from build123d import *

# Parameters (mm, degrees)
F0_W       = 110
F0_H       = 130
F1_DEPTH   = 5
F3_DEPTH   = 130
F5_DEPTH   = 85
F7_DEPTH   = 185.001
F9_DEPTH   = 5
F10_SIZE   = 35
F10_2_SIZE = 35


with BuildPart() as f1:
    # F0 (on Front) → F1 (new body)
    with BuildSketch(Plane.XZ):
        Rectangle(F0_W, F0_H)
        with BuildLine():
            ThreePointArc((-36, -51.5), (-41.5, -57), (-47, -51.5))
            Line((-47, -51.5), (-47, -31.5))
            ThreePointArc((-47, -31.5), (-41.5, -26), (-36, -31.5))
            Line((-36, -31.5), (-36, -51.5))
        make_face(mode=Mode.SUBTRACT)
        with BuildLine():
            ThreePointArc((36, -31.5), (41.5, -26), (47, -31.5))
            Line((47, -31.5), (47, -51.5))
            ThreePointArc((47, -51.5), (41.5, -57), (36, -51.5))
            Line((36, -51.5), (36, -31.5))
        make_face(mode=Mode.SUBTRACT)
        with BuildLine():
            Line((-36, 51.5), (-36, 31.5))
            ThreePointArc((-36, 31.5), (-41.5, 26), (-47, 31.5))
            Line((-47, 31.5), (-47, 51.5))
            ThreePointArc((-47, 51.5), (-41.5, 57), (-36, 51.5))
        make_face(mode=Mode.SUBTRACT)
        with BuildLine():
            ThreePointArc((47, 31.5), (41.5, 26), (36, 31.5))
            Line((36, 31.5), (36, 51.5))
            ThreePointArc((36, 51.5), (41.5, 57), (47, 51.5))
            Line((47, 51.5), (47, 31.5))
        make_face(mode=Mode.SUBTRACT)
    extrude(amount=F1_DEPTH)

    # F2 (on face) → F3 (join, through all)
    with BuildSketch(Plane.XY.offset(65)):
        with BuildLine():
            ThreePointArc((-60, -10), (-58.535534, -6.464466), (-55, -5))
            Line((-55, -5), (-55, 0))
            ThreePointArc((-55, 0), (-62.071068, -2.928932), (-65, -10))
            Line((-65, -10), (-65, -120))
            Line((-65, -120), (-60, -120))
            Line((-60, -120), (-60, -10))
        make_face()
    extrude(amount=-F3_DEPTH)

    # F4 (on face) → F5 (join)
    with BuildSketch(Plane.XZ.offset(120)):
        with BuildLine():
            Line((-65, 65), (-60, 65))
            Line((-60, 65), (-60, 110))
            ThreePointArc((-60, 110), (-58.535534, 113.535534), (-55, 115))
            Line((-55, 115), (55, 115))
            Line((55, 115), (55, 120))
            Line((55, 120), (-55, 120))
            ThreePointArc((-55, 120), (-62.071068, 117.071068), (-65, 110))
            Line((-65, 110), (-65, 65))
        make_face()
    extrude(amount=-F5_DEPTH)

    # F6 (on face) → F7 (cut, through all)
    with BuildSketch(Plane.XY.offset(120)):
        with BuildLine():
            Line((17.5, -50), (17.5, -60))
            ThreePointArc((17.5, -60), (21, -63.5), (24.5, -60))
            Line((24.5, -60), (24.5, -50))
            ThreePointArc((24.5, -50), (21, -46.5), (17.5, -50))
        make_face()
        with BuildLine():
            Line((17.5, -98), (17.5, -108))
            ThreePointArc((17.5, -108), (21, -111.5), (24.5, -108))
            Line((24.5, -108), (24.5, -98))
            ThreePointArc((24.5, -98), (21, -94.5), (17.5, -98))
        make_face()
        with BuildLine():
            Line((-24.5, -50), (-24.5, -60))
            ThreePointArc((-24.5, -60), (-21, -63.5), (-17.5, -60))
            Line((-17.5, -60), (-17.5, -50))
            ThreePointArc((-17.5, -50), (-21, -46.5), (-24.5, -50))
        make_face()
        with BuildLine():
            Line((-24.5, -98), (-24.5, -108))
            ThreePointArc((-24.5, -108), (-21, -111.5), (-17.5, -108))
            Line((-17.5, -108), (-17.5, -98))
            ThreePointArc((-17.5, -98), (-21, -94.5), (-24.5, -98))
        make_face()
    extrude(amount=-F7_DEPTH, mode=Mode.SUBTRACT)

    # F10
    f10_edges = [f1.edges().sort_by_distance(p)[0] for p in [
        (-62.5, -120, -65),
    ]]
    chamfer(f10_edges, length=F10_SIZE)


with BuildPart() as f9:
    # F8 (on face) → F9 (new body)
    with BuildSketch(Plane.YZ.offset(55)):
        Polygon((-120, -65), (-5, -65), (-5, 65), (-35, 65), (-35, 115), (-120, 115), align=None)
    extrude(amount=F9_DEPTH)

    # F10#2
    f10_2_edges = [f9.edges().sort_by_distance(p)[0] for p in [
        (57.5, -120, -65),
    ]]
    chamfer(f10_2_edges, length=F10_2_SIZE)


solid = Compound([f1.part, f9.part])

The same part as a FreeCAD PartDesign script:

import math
import FreeCAD as App
import Part
import Sketcher

V = App.Vector
Q = App.Units.Quantity


def edges_at(feature, points):
    """Names of the edges that pass closest to the given points."""
    edges = feature.Shape.Edges
    near = lambda p: min(range(len(edges)), key=lambda i: edges[i].distToShape(Part.Vertex(*p))[0])
    return sorted({f"Edge{near(p) + 1}" for p in points})

doc = App.newDocument("Part")
body = doc.addObject("PartDesign::Body", "Body")

sketch1 = body.newObject("Sketcher::SketchObject", "Sketch")
sketch1.AttachmentSupport = (doc.getObject("XZ_Plane"), [""])
sketch1.MapMode = "FlatFace"
sketch1.addGeometry(Part.LineSegment(V(-55, 65, 0), V(-55, -65, 0)), False)
sketch1.addGeometry(Part.LineSegment(V(-55, -65, 0), V(55, -65, 0)), False)
sketch1.addGeometry(Part.LineSegment(V(55, -65, 0), V(55, 65, 0)), False)
sketch1.addGeometry(Part.LineSegment(V(55, 65, 0), V(-55, 65, 0)), False)
sketch1.addGeometry(Part.LineSegment(V(-36, -32, 0), V(-36, -52, 0)), False)
sketch1.addGeometry(Part.ArcOfCircle(Part.Circle(V(-42, -52, 0), V(0, 0, 1), 6), math.radians(180), math.radians(360)), False)
sketch1.addGeometry(Part.LineSegment(V(-47, -52, 0), V(-47, -32, 0)), False)
sketch1.addGeometry(Part.ArcOfCircle(Part.Circle(V(-42, -32, 0), V(0, 0, 1), 6), math.radians(0), math.radians(180)), False)
sketch1.addGeometry(Part.LineSegment(V(36, -52, 0), V(36, -32, 0)), False)
sketch1.addGeometry(Part.ArcOfCircle(Part.Circle(V(42, -32, 0), V(0, 0, 1), 6), math.radians(0), math.radians(180)), False)
sketch1.addGeometry(Part.LineSegment(V(47, -32, 0), V(47, -52, 0)), False)
sketch1.addGeometry(Part.ArcOfCircle(Part.Circle(V(42, -52, 0), V(0, 0, 1), 6), math.radians(180), math.radians(360)), False)
sketch1.addGeometry(Part.ArcOfCircle(Part.Circle(V(-42, 52, 0), V(0, 0, 1), 6), math.radians(0), math.radians(180)), False)
sketch1.addGeometry(Part.LineSegment(V(-36, 52, 0), V(-36, 32, 0)), False)
sketch1.addGeometry(Part.ArcOfCircle(Part.Circle(V(-42, 32, 0), V(0, 0, 1), 6), math.radians(180), math.radians(360)), False)
sketch1.addGeometry(Part.LineSegment(V(-47, 32, 0), V(-47, 52, 0)), False)
sketch1.addGeometry(Part.LineSegment(V(47, 52, 0), V(47, 32, 0)), False)
sketch1.addGeometry(Part.ArcOfCircle(Part.Circle(V(42, 32, 0), V(0, 0, 1), 6), math.radians(180), math.radians(360)), False)
sketch1.addGeometry(Part.LineSegment(V(36, 32, 0), V(36, 52, 0)), False)
sketch1.addGeometry(Part.ArcOfCircle(Part.Circle(V(42, 52, 0), V(0, 0, 1), 6), math.radians(0), math.radians(180)), False)
sketch1.addConstraint(Sketcher.Constraint("Coincident", 0, 2, 1, 1))
sketch1.addConstraint(Sketcher.Constraint("Coincident", 1, 2, 2, 1))
sketch1.addConstraint(Sketcher.Constraint("Coincident", 2, 2, 3, 1))
sketch1.addConstraint(Sketcher.Constraint("Coincident", 3, 2, 0, 1))
sketch1.addConstraint(Sketcher.Constraint("Tangent", 4, 2, 5, 2))
sketch1.addConstraint(Sketcher.Constraint("Tangent", 5, 1, 6, 1))
sketch1.addConstraint(Sketcher.Constraint("Tangent", 6, 2, 7, 2))
sketch1.addConstraint(Sketcher.Constraint("Tangent", 7, 1, 4, 1))
sketch1.addConstraint(Sketcher.Constraint("Tangent", 8, 2, 9, 2))
sketch1.addConstraint(Sketcher.Constraint("Tangent", 9, 1, 10, 1))
sketch1.addConstraint(Sketcher.Constraint("Tangent", 10, 2, 11, 2))
sketch1.addConstraint(Sketcher.Constraint("Tangent", 11, 1, 8, 1))
sketch1.addConstraint(Sketcher.Constraint("Tangent", 12, 1, 13, 1))
sketch1.addConstraint(Sketcher.Constraint("Tangent", 13, 2, 14, 2))
sketch1.addConstraint(Sketcher.Constraint("Tangent", 14, 1, 15, 1))
sketch1.addConstraint(Sketcher.Constraint("Tangent", 15, 2, 12, 2))
sketch1.addConstraint(Sketcher.Constraint("Tangent", 16, 2, 17, 2))
sketch1.addConstraint(Sketcher.Constraint("Tangent", 17, 1, 18, 1))
sketch1.addConstraint(Sketcher.Constraint("Tangent", 18, 2, 19, 2))
sketch1.addConstraint(Sketcher.Constraint("Tangent", 19, 1, 16, 1))
sketch1.addConstraint(Sketcher.Constraint("Vertical", 0))
sketch1.addConstraint(Sketcher.Constraint("Horizontal", 1))
sketch1.addConstraint(Sketcher.Constraint("Vertical", 2))
sketch1.addConstraint(Sketcher.Constraint("Horizontal", 3))
sketch1.addConstraint(Sketcher.Constraint("Vertical", 4))
sketch1.addConstraint(Sketcher.Constraint("Vertical", 6))
sketch1.addConstraint(Sketcher.Constraint("Vertical", 8))
sketch1.addConstraint(Sketcher.Constraint("Vertical", 10))
sketch1.addConstraint(Sketcher.Constraint("Vertical", 13))
sketch1.addConstraint(Sketcher.Constraint("Vertical", 15))
sketch1.addConstraint(Sketcher.Constraint("Vertical", 16))
sketch1.addConstraint(Sketcher.Constraint("Vertical", 18))
sketch1.addConstraint(Sketcher.Constraint("Equal", 7, 9))
sketch1.addConstraint(Sketcher.Constraint("Equal", 11, 12))
sketch1.addConstraint(Sketcher.Constraint("Equal", 14, 17))
sketch1.addConstraint(Sketcher.Constraint("Symmetric", 11, 3, 12, 3, -1, 1))
sketch1.addConstraint(Sketcher.Constraint("Symmetric", 7, 3, 17, 3, -1, 1))
sketch1.addConstraint(Sketcher.Constraint("Symmetric", 0, 2, 2, 2, -1, 1))
sketch1.addConstraint(Sketcher.Constraint("Symmetric", 7, 3, 9, 3, -2))
sketch1.addConstraint(Sketcher.Constraint("Horizontal", 5, 3, 11, 3))
sketch1.addConstraint(Sketcher.Constraint("Horizontal", 14, 3, 17, 3))
sketch1.addConstraint(Sketcher.Constraint("Horizontal", 12, 3, 19, 3))
sketch1.addConstraint(Sketcher.Constraint("Radius", 5, Q("5.5 mm")))
sketch1.addConstraint(Sketcher.Constraint("DistanceX", 1, 1, 1, 2, Q("110 mm")))
sketch1.addConstraint(Sketcher.Constraint("DistanceY", 0, 2, 0, 1, Q("130 mm")))
sketch1.addConstraint(Sketcher.Constraint("DistanceY", 4, 2, 4, 1, Q("20 mm")))
sketch1.addConstraint(Sketcher.Constraint("DistanceX", 4, 2, -1, 1, Q("36 mm")))
sketch1.addConstraint(Sketcher.Constraint("DistanceY", 7, 3, 12, 3, Q("83 mm")))
pad1 = body.newObject("PartDesign::Pad", "Pad")
pad1.Profile = sketch1
pad1.Length = 5

sketch2 = body.newObject("Sketcher::SketchObject", "Sketch001")
sketch2.AttachmentSupport = (doc.getObject("XY_Plane"), [""])
sketch2.MapMode = "FlatFace"
sketch2.AttachmentOffset = App.Placement(V(0, 0, 65), App.Rotation())
sketch2.addGeometry(Part.ArcOfCircle(Part.Circle(V(-55, -10, 0), V(0, 0, 1), 5), math.radians(90), math.radians(180)), False)
sketch2.addGeometry(Part.LineSegment(V(-55, -5, 0), V(-55, 0, 0)), False)
sketch2.addGeometry(Part.ArcOfCircle(Part.Circle(V(-55, -10, 0), V(0, 0, 1), 10), math.radians(90), math.radians(180)), False)
sketch2.addGeometry(Part.LineSegment(V(-65, -10, 0), V(-65, -120, 0)), False)
sketch2.addGeometry(Part.LineSegment(V(-65, -120, 0), V(-60, -120, 0)), False)
sketch2.addGeometry(Part.LineSegment(V(-60, -120, 0), V(-60, -10, 0)), False)
sketch2.addConstraint(Sketcher.Constraint("Coincident", 0, 1, 1, 1))
sketch2.addConstraint(Sketcher.Constraint("Coincident", 1, 2, 2, 1))
sketch2.addConstraint(Sketcher.Constraint("Tangent", 2, 2, 3, 1))
sketch2.addConstraint(Sketcher.Constraint("Coincident", 3, 2, 4, 1))
sketch2.addConstraint(Sketcher.Constraint("Coincident", 4, 2, 5, 1))
sketch2.addConstraint(Sketcher.Constraint("Tangent", 5, 2, 0, 2))
sketch2.addConstraint(Sketcher.Constraint("Vertical", 1))
sketch2.addConstraint(Sketcher.Constraint("Vertical", 3))
sketch2.addConstraint(Sketcher.Constraint("Horizontal", 4))
sketch2.addConstraint(Sketcher.Constraint("Vertical", 5))
sketch2.addConstraint(Sketcher.Constraint("Coincident", 2, 3, 0, 3))
sketch2.addConstraint(Sketcher.Constraint("PointOnObject", 1, 2, -1))
sketch2.addConstraint(Sketcher.Constraint("Vertical", 2, 3, 0, 1))
sketch2.addConstraint(Sketcher.Constraint("Radius", 0, Q("5 mm")))
sketch2.addConstraint(Sketcher.Constraint("Radius", 2, Q("9.999999 mm")))
sketch2.addConstraint(Sketcher.Constraint("DistanceY", 3, 2, 3, 1, Q("110 mm")))
sketch2.addConstraint(Sketcher.Constraint("DistanceX", 0, 3, -1, 1, Q("55 mm")))
pad2 = body.newObject("PartDesign::Pad", "Pad001")
pad2.Profile = sketch2
pad2.Length = 130
pad2.Reversed = True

* * * * * * * * *

== Task brief ==
From the first line of the material above down to the line with "Line((36, 31.5), (36, 51.5))", output each line exactly; include both of those lines and add no others.

== Solution for this problem ==
from build123d import *

# Parameters (mm, degrees)
F0_W       = 110
F0_H       = 130
F1_DEPTH   = 5
F3_DEPTH   = 130
F5_DEPTH   = 85
F7_DEPTH   = 185.001
F9_DEPTH   = 5
F10_SIZE   = 35
F10_2_SIZE = 35


with BuildPart() as f1:
    # F0 (on Front) → F1 (new body)
    with BuildSketch(Plane.XZ):
        Rectangle(F0_W, F0_H)
        with BuildLine():
            ThreePointArc((-36, -51.5), (-41.5, -57), (-47, -51.5))
            Line((-47, -51.5), (-47, -31.5))
            ThreePointArc((-47, -31.5), (-41.5, -26), (-36, -31.5))
            Line((-36, -31.5), (-36, -51.5))
        make_face(mode=Mode.SUBTRACT)
        with BuildLine():
            ThreePointArc((36, -31.5), (41.5, -26), (47, -31.5))
            Line((47, -31.5), (47, -51.5))
            ThreePointArc((47, -51.5), (41.5, -57), (36, -51.5))
            Line((36, -51.5), (36, -31.5))
        make_face(mode=Mode.SUBTRACT)
        with BuildLine():
            Line((-36, 51.5), (-36, 31.5))
            ThreePointArc((-36, 31.5), (-41.5, 26), (-47, 31.5))
            Line((-47, 31.5), (-47, 51.5))
            ThreePointArc((-47, 51.5), (-41.5, 57), (-36, 51.5))
        make_face(mode=Mode.SUBTRACT)
        with BuildLine():
            ThreePointArc((47, 31.5), (41.5, 26), (36, 31.5))
            Line((36, 31.5), (36, 51.5))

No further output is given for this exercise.